Department of Medical Statistics, LSHTM, Keppel Street, London, WC1E 7HT, UK.
Clinical Trials Unit, LSHTM, Keppel Street, London, WC1E 7HT, UK.
Trials. 2021 May 22;22(1):357. doi: 10.1186/s13063-021-05266-w.
In large multicentre trials in diverse settings, there is uncertainty about the need to adjust for centre variation in design and analysis. A key distinction is the difference between variation in outcome (independent of treatment) and variation in treatment effect. Through re-analysis of the CRASH-2 trial (2010), this study clarifies when and how to use multi-level models for multicentre studies with binary outcomes.
CRASH-2 randomised 20,127 trauma patients across 271 centres and 40 countries to either single-dose tranexamic acid or identical placebo, with all-cause death at 4 weeks the primary outcome. The trial data had a hierarchical structure, with patients nested in hospitals which in turn are nested within countries. Reanalysis of CRASH-2 trial data assessed treatment effect and both patient and centre level baseline covariates as fixed effects in logistic regression models. Random effects were included to assess where there was variation between countries, and between centres within countries, both in underlying risk of death and in treatment effect.
In CRASH-2, there was significant variation between countries and between centres in death at 4 weeks, but absolutely no differences between countries or centres in the effect of treatment. Average treatment effect was not altered after accounting for centre and country variation in this study.
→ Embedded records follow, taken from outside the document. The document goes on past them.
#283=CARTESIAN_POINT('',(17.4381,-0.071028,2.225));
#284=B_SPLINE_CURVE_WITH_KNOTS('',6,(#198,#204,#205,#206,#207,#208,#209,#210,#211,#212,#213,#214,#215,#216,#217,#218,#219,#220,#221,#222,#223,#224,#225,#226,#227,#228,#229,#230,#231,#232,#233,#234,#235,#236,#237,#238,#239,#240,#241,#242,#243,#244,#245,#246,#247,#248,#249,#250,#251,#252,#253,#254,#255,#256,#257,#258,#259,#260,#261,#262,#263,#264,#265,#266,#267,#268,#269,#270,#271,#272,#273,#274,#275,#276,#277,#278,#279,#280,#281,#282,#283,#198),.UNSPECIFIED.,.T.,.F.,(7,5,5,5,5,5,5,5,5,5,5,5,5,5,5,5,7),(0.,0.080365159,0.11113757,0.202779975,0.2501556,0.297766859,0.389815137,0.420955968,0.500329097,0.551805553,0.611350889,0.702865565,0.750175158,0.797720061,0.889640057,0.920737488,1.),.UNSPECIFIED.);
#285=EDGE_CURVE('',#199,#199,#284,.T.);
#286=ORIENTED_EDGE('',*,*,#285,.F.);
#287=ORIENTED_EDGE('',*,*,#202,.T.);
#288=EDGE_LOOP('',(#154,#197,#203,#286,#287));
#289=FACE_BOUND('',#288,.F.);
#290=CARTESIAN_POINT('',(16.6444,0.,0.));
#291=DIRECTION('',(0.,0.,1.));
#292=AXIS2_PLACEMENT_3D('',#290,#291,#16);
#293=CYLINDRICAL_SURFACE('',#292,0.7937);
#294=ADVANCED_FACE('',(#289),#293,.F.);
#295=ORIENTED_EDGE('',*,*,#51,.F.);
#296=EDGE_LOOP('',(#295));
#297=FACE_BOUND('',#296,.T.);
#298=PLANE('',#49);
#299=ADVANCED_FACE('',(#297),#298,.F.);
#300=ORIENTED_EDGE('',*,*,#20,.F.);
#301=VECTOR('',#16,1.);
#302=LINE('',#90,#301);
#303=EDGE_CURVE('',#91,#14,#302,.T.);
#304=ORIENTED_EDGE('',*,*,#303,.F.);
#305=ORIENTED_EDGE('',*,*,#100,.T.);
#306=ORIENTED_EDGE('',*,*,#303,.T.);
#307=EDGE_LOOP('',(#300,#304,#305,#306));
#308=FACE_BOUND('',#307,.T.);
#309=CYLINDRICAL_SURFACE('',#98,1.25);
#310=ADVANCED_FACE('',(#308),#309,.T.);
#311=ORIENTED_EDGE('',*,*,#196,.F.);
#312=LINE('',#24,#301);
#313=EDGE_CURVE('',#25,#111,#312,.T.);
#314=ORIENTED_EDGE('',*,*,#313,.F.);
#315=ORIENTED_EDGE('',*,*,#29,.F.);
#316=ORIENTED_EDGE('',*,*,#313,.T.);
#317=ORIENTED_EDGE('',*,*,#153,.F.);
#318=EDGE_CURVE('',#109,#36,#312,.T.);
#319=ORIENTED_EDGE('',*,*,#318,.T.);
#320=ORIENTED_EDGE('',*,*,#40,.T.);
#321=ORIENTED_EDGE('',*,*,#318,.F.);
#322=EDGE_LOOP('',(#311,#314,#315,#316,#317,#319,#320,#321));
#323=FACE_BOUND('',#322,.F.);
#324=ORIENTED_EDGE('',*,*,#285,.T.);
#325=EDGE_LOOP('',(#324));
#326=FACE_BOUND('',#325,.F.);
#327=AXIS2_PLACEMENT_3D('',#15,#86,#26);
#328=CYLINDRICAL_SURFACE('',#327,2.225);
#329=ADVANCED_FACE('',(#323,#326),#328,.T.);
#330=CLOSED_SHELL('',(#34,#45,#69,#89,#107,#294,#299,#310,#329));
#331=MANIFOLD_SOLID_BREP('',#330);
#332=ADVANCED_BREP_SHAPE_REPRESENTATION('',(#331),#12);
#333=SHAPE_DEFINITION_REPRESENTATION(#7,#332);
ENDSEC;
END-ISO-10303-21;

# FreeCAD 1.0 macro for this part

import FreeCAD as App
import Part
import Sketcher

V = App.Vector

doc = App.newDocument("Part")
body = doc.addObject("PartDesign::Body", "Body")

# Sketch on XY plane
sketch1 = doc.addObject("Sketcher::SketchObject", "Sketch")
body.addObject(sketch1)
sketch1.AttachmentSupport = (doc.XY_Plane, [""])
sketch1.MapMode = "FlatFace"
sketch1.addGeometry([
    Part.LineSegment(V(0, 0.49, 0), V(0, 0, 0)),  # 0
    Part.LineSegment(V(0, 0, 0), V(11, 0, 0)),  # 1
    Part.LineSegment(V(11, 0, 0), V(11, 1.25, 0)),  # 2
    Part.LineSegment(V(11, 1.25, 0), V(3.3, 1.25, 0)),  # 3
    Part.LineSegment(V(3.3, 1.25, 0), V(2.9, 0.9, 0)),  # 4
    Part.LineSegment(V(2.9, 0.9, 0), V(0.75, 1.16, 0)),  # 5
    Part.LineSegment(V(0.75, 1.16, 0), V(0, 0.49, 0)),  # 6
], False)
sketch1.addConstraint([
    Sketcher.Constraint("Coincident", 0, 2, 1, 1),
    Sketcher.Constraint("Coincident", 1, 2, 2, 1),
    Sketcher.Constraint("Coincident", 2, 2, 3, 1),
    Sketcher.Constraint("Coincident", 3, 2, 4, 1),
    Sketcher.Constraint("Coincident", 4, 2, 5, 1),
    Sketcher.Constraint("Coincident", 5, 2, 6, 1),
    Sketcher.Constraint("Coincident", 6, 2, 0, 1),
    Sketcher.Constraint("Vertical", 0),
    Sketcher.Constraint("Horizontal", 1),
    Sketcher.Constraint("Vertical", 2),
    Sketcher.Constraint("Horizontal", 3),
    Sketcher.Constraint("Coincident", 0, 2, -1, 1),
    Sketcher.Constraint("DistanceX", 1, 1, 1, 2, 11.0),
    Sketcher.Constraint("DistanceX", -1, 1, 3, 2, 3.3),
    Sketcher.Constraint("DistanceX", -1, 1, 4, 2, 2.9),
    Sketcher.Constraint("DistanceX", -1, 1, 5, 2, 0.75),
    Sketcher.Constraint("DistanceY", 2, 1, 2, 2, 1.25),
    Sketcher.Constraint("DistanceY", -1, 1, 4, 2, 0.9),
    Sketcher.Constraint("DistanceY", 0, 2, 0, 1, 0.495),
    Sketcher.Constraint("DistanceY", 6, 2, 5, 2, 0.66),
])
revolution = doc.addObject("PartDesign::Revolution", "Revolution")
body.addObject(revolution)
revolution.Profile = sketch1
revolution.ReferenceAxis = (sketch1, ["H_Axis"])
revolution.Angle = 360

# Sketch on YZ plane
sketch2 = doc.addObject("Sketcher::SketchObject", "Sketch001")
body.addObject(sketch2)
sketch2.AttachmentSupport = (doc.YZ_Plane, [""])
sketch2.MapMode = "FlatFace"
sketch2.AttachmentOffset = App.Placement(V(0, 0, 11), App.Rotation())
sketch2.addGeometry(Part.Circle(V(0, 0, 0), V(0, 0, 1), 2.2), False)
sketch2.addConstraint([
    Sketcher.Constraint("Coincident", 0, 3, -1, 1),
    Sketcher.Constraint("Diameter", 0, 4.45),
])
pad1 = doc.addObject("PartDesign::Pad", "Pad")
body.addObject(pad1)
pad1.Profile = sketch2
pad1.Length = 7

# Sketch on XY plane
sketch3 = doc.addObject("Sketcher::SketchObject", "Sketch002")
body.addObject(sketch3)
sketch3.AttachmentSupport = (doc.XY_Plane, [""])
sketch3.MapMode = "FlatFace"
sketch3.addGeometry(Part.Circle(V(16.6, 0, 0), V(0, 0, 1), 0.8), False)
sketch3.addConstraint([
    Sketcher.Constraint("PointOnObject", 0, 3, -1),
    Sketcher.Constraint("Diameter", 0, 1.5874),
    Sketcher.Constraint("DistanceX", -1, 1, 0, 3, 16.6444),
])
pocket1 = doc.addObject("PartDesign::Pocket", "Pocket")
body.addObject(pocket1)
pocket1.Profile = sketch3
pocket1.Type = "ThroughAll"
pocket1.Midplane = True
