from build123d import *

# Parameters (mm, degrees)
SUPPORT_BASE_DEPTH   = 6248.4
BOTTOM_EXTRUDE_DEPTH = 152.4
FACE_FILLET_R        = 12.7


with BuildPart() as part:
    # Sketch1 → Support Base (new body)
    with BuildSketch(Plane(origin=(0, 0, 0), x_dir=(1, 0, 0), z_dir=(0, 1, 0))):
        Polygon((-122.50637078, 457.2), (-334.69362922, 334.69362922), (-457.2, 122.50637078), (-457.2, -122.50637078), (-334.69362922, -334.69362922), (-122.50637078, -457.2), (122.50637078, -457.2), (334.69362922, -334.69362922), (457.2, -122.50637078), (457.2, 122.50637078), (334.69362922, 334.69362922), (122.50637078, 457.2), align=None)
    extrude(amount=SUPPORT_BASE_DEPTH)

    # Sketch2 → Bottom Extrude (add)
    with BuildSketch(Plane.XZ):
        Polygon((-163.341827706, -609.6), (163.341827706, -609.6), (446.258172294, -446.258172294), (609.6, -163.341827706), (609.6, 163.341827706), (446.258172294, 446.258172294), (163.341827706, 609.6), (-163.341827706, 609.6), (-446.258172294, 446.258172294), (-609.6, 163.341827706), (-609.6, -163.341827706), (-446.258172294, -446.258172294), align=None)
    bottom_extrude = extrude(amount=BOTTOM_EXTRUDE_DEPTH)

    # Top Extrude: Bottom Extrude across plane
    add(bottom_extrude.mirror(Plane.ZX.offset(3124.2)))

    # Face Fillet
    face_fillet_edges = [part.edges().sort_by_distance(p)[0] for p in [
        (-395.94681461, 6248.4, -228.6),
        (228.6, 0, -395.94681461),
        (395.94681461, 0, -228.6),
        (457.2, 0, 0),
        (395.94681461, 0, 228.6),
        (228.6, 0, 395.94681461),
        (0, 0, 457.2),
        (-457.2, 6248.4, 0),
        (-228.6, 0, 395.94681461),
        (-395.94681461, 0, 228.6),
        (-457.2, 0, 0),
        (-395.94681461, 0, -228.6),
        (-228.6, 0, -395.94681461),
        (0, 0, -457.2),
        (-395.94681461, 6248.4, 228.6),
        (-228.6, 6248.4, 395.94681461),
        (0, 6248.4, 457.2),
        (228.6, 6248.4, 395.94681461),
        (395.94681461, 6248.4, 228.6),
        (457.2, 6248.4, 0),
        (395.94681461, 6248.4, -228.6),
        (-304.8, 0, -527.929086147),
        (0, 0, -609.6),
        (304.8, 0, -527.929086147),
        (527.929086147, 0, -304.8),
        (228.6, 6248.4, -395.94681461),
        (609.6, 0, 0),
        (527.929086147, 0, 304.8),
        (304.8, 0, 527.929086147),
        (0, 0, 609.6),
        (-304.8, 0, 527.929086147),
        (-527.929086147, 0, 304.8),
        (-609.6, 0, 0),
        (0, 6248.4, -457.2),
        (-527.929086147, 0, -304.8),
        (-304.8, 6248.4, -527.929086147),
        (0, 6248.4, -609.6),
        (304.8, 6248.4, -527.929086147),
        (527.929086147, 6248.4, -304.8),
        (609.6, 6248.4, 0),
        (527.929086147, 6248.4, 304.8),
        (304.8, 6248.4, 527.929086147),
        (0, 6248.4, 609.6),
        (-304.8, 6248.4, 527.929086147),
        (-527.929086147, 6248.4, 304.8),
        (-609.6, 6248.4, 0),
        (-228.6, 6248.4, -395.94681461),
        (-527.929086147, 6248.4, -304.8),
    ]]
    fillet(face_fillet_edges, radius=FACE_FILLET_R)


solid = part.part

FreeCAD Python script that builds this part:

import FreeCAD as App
import Part
import Sketcher
from FreeCAD import Vector
Q = App.Units.Quantity


def edges_at(feature, points):
    """Names of the edges that pass closest to the given points."""
    edges = feature.Shape.Edges
    near = lambda p: min(range(len(edges)), key=lambda i: edges[i].distToShape(Part.Vertex(*p))[0])
    return sorted({f"Edge{near(p) + 1}" for p in points})


def add_polygon(sketch, points):
    """Adds a closed chain of lines whose ends are joined by coincident constraints."""
    first, n = sketch.GeometryCount, len(points)
    for a, b in zip(points, points[1:] + points[:1]):
        sketch.addGeometry(Part.LineSegment(App.Vector(*a, 0), App.Vector(*b, 0)), False)
    for i in range(n):
        sketch.addConstraint(Sketcher.Constraint("Coincident", first + i, 2, first + (i + 1) % n, 1))

doc = App.newDocument("Part")
params = doc.addObject("Spreadsheet::Sheet", "Params")
for row, (alias, value) in enumerate([
    ("pad1_length", "246 in"),
    ("pad2_length", "6 in"),
    ("fillet_radius", "0.5 in"),
], start=1):
    params.set(f"A{row}", alias)
    params.set(f"B{row}", "=" + value)
    params.setAlias(f"B{row}", alias)

body = doc.addObject("PartDesign::Body", "Body")

# Sketch on XZ plane
sketch1 = body.newObject("Sketcher::SketchObject", "Sketch")
sketch1.AttachmentSupport = (doc.getObject("XZ_Plane"), [""])
sketch1.MapMode = "FlatFace"
add_polygon(sketch1, [(-122.506371, -457.2), (-334.693629, -334.693629), (-457.2, -122.506371), (-457.2, 122.506371), (-334.693629, 334.693629), (-122.506371, 457.2), (122.506371, 457.2), (334.693629, 334.693629), (457.2, 122.506371), (457.2, -122.506371), (334.693629, -334.693629), (122.506371, -457.2)])  # lines 0-11
sketch1.addConstraint([
    Sketcher.Constraint("Vertical", 2),
    Sketcher.Constraint("Horizontal", 5),
    Sketcher.Constraint("Vertical", 8),
    Sketcher.Constraint("Horizontal", 11),
    Sketcher.Constraint("Symmetric", 0, 2, 6, 2, -1, 1),
    Sketcher.Constraint("Symmetric", 1, 2, 7, 2, -1, 1),
    Sketcher.Constraint("Symmetric", 3, 2, 9, 2, -1, 1),
    Sketcher.Constraint("Symmetric", 4, 2, 10, 2, -1, 1),
    Sketcher.Constraint("Symmetric", 3, 2, 6, 2, -2),
    Sketcher.Constraint("Perpendicular", 0, 3),
    Sketcher.Constraint("Perpendicular", 1, 4),
    Sketcher.Constraint("Perpendicular", 3, 6),
    Sketcher.Constraint("Perpendicular", 6, 9),
    Sketcher.Constraint("Horizontal", 2, 2, 7, 2),
    Sketcher.Constraint("Equal", 11, 2),
    Sketcher.Constraint("Equal", 0, 1),
    Sketcher.Constraint("DistanceX", 1, 2, -1, 1, Q("18 in")),
    Sketcher.Constraint("Angle", 0, Q("150 deg")),
    Sketcher.Constraint("DistanceY", 0, 2, 2, 2, Q("18 in")),
])
pad1 = body.newObject("PartDesign::Pad", "Pad")
pad1.Profile = sketch1
pad1.setExpression("Length", "Params.pad1_length")
pad1.Reversed = True

# Sketch on XZ plane
sketch2 = body.newObject("Sketcher::SketchObject", "Sketch001")
sketch2.AttachmentSupport = (doc.getObject("XZ_Plane"), [""])
sketch2.MapMode = "FlatFace"
add_polygon(sketch2, [(-163.341828, -609.6), (163.341828, -609.6), (446.258172, -446.258172), (609.6, -163.341828), (609.6, 163.341828), (446.258172, 446.258172), (163.341828, 609.6), (-163.341828, 609.6), (-446.258172, 446.258172), (-609.6, 163.341828), (-609.6, -163.341828), (-446.258172, -446.258172)])  # lines 0-11
sketch2.addConstraint([
    Sketcher.Constraint("Horizontal", 0),
    Sketcher.Constraint("Vertical", 3),
    Sketcher.Constraint("Horizontal", 6),
    Sketcher.Constraint("Vertical", 9),
    Sketcher.Constraint("Symmetric", 0, 2, 6, 2, -1, 1),
    Sketcher.Constraint("Symmetric", 1, 2, 7, 2, -1, 1),
    Sketcher.Constraint("Symmetric", 2, 2, 8, 2, -1, 1),
    Sketcher.Constraint("Symmetric", 4, 2, 10, 2, -1, 1),
    Sketcher.Constraint("Symmetric", 4, 2, 7, 2, -2),
    Sketcher.Constraint("Perpendicular", 1, 4),
    Sketcher.Constraint("Perpendicular", 2, 5),
    Sketcher.Constraint("Perpendicular", 7, 10),
    Sketcher.Constraint("Perpendicular", 8, 11),
    Sketcher.Constraint("Horizontal", 3, 2, 8, 2),
    Sketcher.Constraint("Equal", 6, 3),
    Sketcher.Constraint("Equal", 1, 2),
    Sketcher.Constraint("DistanceY", 0, 2, -1, 1, Q("24 in")),
    Sketcher.Constraint("Angle", 1, Q("30 deg")),
    Sketcher.Constraint("DistanceY", 1, 2, 3, 2, Q("24 in")),
])
pad2 = body.newObject("PartDesign::Pad", "Pad001")
pad2.Profile = sketch2
pad2.setExpression("Length", "Params.pad2_length")
doc.recompute()

datumplane = body.newObject("PartDesign::Plane", "DatumPlane")
datumplane.AttachmentSupport = (doc.getObject("XZ_Plane"), [""])
datumplane.MapMode = "FlatFace"
datumplane.AttachmentOffset = App.Placement(Vector(0, 0, -123 * 25.4), App.Rotation())
mirrored = body.newObject("PartDesign::Mirrored", "Mirrored")
mirrored.Originals = [pad2]
mirrored.MirrorPlane = (datumplane, [""])
body.Tip = mirrored
doc.recompute()

fillet = body.newObject("PartDesign::Fillet", "Fillet")
fillet.Base = (mirrored, edges_at(mirrored, [
    (-395.947, 6248.4, -228.6),
    (228.6, 0, -395.947),
    (395.947, 0, -228.6),
    (457.2, 0, 0),
    (395.947, 0, 228.6),
    (228.6, 0, 395.947),
    (0, 0, 457.2),
    (-457.2, 6248.4, 0),
    (-228.6, 0, 395.947),
    (-395.947, 0, 228.6),
    (-457.2, 0, 0),
    (-395.947, 0, -228.6),
    (-228.6, 0, -395.947),
    (0, 0, -457.2),
    (-395.947, 6248.4, 228.6),
    (-228.6, 6248.4, 395.947),
    (0, 6248.4, 457.2),
    (228.6, 6248.4, 395.947),
    (395.947, 6248.4, 228.6),
    (457.2, 6248.4, 0),
    (395.947, 6248.4, -228.6),
    (-304.8, 0, -527.929),
    (0, 0, -609.6),
    (304.8, 0, -527.929),
    (527.929, 0, -304.8),
    (228.6, 6248.4, -395.947),
    (609.6, 0, 0),
    (527.929, 0, 304.8),
    (304.8, 0, 527.929),
    (0, 0, 609.6),
    (-304.8, 0, 527.929),
    (-527.929, 0, 304.8),
    (-609.6, 0, 0),
    (0, 6248.4, -457.2),
    (-527.929, 0, -304.8),
    (-304.8, 6248.4, -527.929),
    (0, 6248.4, -609.6),
    (304.8, 6248.4, -527.929),
    (527.929, 6248.4, -304.8),
    (609.6, 6248.4, 0),
    (527.929, 6248.4, 304.8),
    (304.8, 6248.4, 527.929),
    (0, 6248.4, 609.6),
    (-304.8, 6248.4, 527.929),
    (-527.929, 6248.4, 304.8),
    (-609.6, 6248.4, 0),
    (-228.6, 6248.4, -395.947),
    (-527.929, 6248.4, -304.8),
]))
fillet.setExpression("Radius", "Params.fillet_radius")

doc.recompute()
It is important to distinguish between underlying variation in outcomes and variation in treatment effects; the former is common but the latter is not. Stratifying randomisation by centre overcomes many statistical problems and including random intercepts in analysis may increase power and decrease bias in mean and standard error estimates.
Current Controlled Trials ISRCTN86750102 , ClinicalTrials.gov NCT00375258 , and South African Clinical Trial Register DOH-27-0607-1919.
在不同环境下的大型多中心试验中,对于在设计和分析中是否需要调整中心变异存在不确定性。一个关键区别是结局(独立于治疗)的变异性与治疗效果的变异性之间的差异。通过对 CRASH-2 试验(2010 年)的重新分析,本研究阐明了何时以及如何使用多水平模型来分析具有二分类结局的多中心研究。
CRASH-2 试验将 20127 名创伤患者随机分配至 271 个中心和 40 个国家,分别接受单次剂量氨甲环酸或相同的安慰剂治疗,以 4 周时的全因死亡率为主要结局。该试验数据具有层次结构,患者嵌套于医院,医院又嵌套于国家。对 CRASH-2 试验数据的重新分析评估了治疗效果以及患者和中心水平的基线协变量作为逻辑回归模型中的固定效应。随机效应用于评估国家之间以及国家内的中心之间在死亡的潜在风险和治疗效果方面的差异。
在 CRASH-2 试验中,4 周时的死亡率在国家和中心之间存在显著差异,但在国家和中心之间,治疗效果没有差异。在本研究中,考虑到中心和国家变异后,平均治疗效果没有改变。
区分结局的潜在变异性和治疗效果的变异性非常重要;前者很常见,但后者并非如此。通过中心分层随机化可以解决许多统计学问题,并且在分析中包含随机截距可能会增加平均和标准误估计的功效并减少偏差。
当前对照试验 ISRCTN86750102,ClinicalTrials.gov NCT00375258,南非临床试验注册 DOH-27-0607-1919。